> [About this exercise] Restate the records so that not a single word differs.

____ Data for this exercise

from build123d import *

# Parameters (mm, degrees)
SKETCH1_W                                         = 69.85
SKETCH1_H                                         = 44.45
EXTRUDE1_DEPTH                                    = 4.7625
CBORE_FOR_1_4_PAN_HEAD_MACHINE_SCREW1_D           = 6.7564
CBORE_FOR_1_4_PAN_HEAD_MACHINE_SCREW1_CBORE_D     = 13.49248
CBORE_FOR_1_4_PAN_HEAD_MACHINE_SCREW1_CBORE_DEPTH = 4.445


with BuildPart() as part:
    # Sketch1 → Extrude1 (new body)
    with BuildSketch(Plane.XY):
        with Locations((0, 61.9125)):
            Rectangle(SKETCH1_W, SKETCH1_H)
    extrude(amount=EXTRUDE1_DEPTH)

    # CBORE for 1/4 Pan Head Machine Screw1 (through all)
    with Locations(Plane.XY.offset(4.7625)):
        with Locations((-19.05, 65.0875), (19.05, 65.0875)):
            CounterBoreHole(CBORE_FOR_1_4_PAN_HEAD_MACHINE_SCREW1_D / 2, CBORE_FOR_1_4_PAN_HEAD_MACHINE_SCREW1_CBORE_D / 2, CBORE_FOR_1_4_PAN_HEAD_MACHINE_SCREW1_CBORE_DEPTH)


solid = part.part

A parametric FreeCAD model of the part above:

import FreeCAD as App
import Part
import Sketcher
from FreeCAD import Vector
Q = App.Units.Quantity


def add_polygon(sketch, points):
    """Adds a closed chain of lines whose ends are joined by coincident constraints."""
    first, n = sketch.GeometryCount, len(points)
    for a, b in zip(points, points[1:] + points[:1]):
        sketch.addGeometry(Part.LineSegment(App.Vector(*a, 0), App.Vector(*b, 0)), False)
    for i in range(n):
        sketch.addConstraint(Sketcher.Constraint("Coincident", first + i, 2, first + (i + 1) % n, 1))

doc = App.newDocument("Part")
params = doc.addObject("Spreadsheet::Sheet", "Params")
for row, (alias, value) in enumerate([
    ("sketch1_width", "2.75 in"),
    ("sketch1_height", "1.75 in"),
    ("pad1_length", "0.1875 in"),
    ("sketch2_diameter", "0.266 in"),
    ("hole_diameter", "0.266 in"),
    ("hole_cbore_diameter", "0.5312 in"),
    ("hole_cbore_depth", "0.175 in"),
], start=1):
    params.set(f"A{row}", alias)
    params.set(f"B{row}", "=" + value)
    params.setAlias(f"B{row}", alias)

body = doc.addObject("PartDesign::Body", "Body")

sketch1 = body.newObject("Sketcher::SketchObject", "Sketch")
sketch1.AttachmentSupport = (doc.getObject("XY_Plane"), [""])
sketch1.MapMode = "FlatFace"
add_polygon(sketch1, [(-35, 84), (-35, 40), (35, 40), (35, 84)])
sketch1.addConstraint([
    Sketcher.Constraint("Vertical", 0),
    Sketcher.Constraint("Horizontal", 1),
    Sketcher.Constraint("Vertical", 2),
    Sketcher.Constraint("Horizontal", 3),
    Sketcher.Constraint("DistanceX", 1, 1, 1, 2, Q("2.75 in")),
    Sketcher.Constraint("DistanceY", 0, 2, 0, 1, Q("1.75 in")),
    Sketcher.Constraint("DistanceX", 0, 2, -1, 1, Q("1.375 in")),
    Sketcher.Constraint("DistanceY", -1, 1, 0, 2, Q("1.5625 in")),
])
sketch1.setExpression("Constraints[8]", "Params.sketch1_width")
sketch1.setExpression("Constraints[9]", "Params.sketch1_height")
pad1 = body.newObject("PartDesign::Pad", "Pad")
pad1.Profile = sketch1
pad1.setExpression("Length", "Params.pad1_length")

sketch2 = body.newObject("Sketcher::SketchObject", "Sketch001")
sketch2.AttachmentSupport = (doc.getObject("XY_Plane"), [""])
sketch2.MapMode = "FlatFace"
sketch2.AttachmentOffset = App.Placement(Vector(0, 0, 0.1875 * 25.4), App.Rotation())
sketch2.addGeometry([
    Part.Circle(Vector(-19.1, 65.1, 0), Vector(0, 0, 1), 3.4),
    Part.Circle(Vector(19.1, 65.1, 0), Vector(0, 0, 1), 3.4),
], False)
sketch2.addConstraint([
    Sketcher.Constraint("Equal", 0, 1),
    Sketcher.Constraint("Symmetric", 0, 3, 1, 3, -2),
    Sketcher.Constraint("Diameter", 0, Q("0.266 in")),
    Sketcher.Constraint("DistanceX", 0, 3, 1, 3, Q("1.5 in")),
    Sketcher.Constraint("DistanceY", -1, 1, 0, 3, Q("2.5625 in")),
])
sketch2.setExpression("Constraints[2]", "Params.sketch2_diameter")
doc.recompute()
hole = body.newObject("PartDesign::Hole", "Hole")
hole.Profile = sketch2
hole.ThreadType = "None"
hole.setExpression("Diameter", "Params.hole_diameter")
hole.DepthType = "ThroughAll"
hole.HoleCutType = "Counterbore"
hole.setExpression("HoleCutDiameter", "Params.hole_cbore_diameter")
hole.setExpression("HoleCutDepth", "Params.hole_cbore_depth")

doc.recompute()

________

> [Output for this task]
from build123d import *

# Parameters (mm, degrees)
SKETCH1_W                                         = 69.85
SKETCH1_H                                         = 44.45
EXTRUDE1_DEPTH                                    = 4.7625
CBORE_FOR_1_4_PAN_HEAD_MACHINE_SCREW1_D           = 6.7564
CBORE_FOR_1_4_PAN_HEAD_MACHINE_SCREW1_CBORE_D     = 13.49248
CBORE_FOR_1_4_PAN_HEAD_MACHINE_SCREW1_CBORE_DEPTH = 4.445


with BuildPart() as part:
    # Sketch1 → Extrude1 (new body)
    with BuildSketch(Plane.XY):
        with Locations((0, 61.9125)):
            Rectangle(SKETCH1_W, SKETCH1_H)
    extrude(amount=EXTRUDE1_DEPTH)

    # CBORE for 1/4 Pan Head Machine Screw1 (through all)
    with Locations(Plane.XY.offset(4.7625)):
        with Locations((-19.05, 65.0875), (19.05, 65.0875)):
            CounterBoreHole(CBORE_FOR_1_4_PAN_HEAD_MACHINE_SCREW1_D / 2, CBORE_FOR_1_4_PAN_HEAD_MACHINE_SCREW1_CBORE_D / 2, CBORE_FOR_1_4_PAN_HEAD_MACHINE_SCREW1_CBORE_DEPTH)


solid = part.part

A parametric FreeCAD model of the part above:

import FreeCAD as App
import Part
import Sketcher
from FreeCAD import Vector
Q = App.Units.Quantity


def add_polygon(sketch, points):
    """Adds a closed chain of lines whose ends are joined by coincident constraints."""
    first, n = sketch.GeometryCount, len(points)
    for a, b in zip(points, points[1:] + points[:1]):
        sketch.addGeometry(Part.LineSegment(App.Vector(*a, 0), App.Vector(*b, 0)), False)
    for i in range(n):
        sketch.addConstraint(Sketcher.Constraint("Coincident", first + i, 2, first + (i + 1) % n, 1))

doc = App.newDocument("Part")
params = doc.addObject("Spreadsheet::Sheet", "Params")
for row, (alias, value) in enumerate([
    ("sketch1_width", "2.75 in"),
    ("sketch1_height", "1.75 in"),
    ("pad1_length", "0.1875 in"),
    ("sketch2_diameter", "0.266 in"),
    ("hole_diameter", "0.266 in"),
    ("hole_cbore_diameter", "0.5312 in"),
    ("hole_cbore_depth", "0.175 in"),
], start=1):
    params.set(f"A{row}", alias)
    params.set(f"B{row}", "=" + value)
    params.setAlias(f"B{row}", alias)

body = doc.addObject("PartDesign::Body", "Body")

sketch1 = body.newObject("Sketcher::SketchObject", "Sketch")
sketch1.AttachmentSupport = (doc.getObject("XY_Plane"), [""])
sketch1.MapMode = "FlatFace"
add_polygon(sketch1, [(-35, 84), (-35, 40), (35, 40), (35, 84)])
sketch1.addConstraint([
    Sketcher.Constraint("Vertical", 0),
    Sketcher.Constraint("Horizontal", 1),
    Sketcher.Constraint("Vertical", 2),
    Sketcher.Constraint("Horizontal", 3),
    Sketcher.Constraint("DistanceX", 1, 1, 1, 2, Q("2.75 in")),
    Sketcher.Constraint("DistanceY", 0, 2, 0, 1, Q("1.75 in")),
    Sketcher.Constraint("DistanceX", 0, 2, -1, 1, Q("1.375 in")),
    Sketcher.Constraint("DistanceY", -1, 1, 0, 2, Q("1.5625 in")),
])
sketch1.setExpression("Constraints[8]", "Params.sketch1_width")
sketch1.setExpression("Constraints[9]", "Params.sketch1_height")
pad1 = body.newObject("PartDesign::Pad", "Pad")
pad1.Profile = sketch1
pad1.setExpression("Length", "Params.pad1_length")

sketch2 = body.newObject("Sketcher::SketchObject", "Sketch001")
sketch2.AttachmentSupport = (doc.getObject("XY_Plane"), [""])
sketch2.MapMode = "FlatFace"
sketch2.AttachmentOffset = App.Placement(Vector(0, 0, 0.1875 * 25.4), App.Rotation())
sketch2.addGeometry([
    Part.Circle(Vector(-19.1, 65.1, 0), Vector(0, 0, 1), 3.4),
    Part.Circle(Vector(19.1, 65.1, 0), Vector(0, 0, 1), 3.4),
], False)
sketch2.addConstraint([
    Sketcher.Constraint("Equal", 0, 1),
    Sketcher.Constraint("Symmetric", 0, 3, 1, 3, -2),
    Sketcher.Constraint("Diameter", 0, Q("0.266 in")),
    Sketcher.Constraint("DistanceX", 0, 3, 1, 3, Q("1.5 in")),
    Sketcher.Constraint("DistanceY", -1, 1, 0, 3, Q("2.5625 in")),
])
sketch2.setExpression("Constraints[2]", "Params.sketch2_diameter")
doc.recompute()
hole = body.newObject("PartDesign::Hole", "Hole")
hole.Profile = sketch2
hole.ThreadType = "None"
hole.setExpression("Diameter", "Params.hole_diameter")
hole.DepthType = "ThroughAll"
hole.HoleCutType = "Counterbore"
hole.setExpression("HoleCutDiameter", "Params.hole_cbore_diameter")
hole.setExpression("HoleCutDepth", "Params.hole_cbore_depth")

doc.recompute()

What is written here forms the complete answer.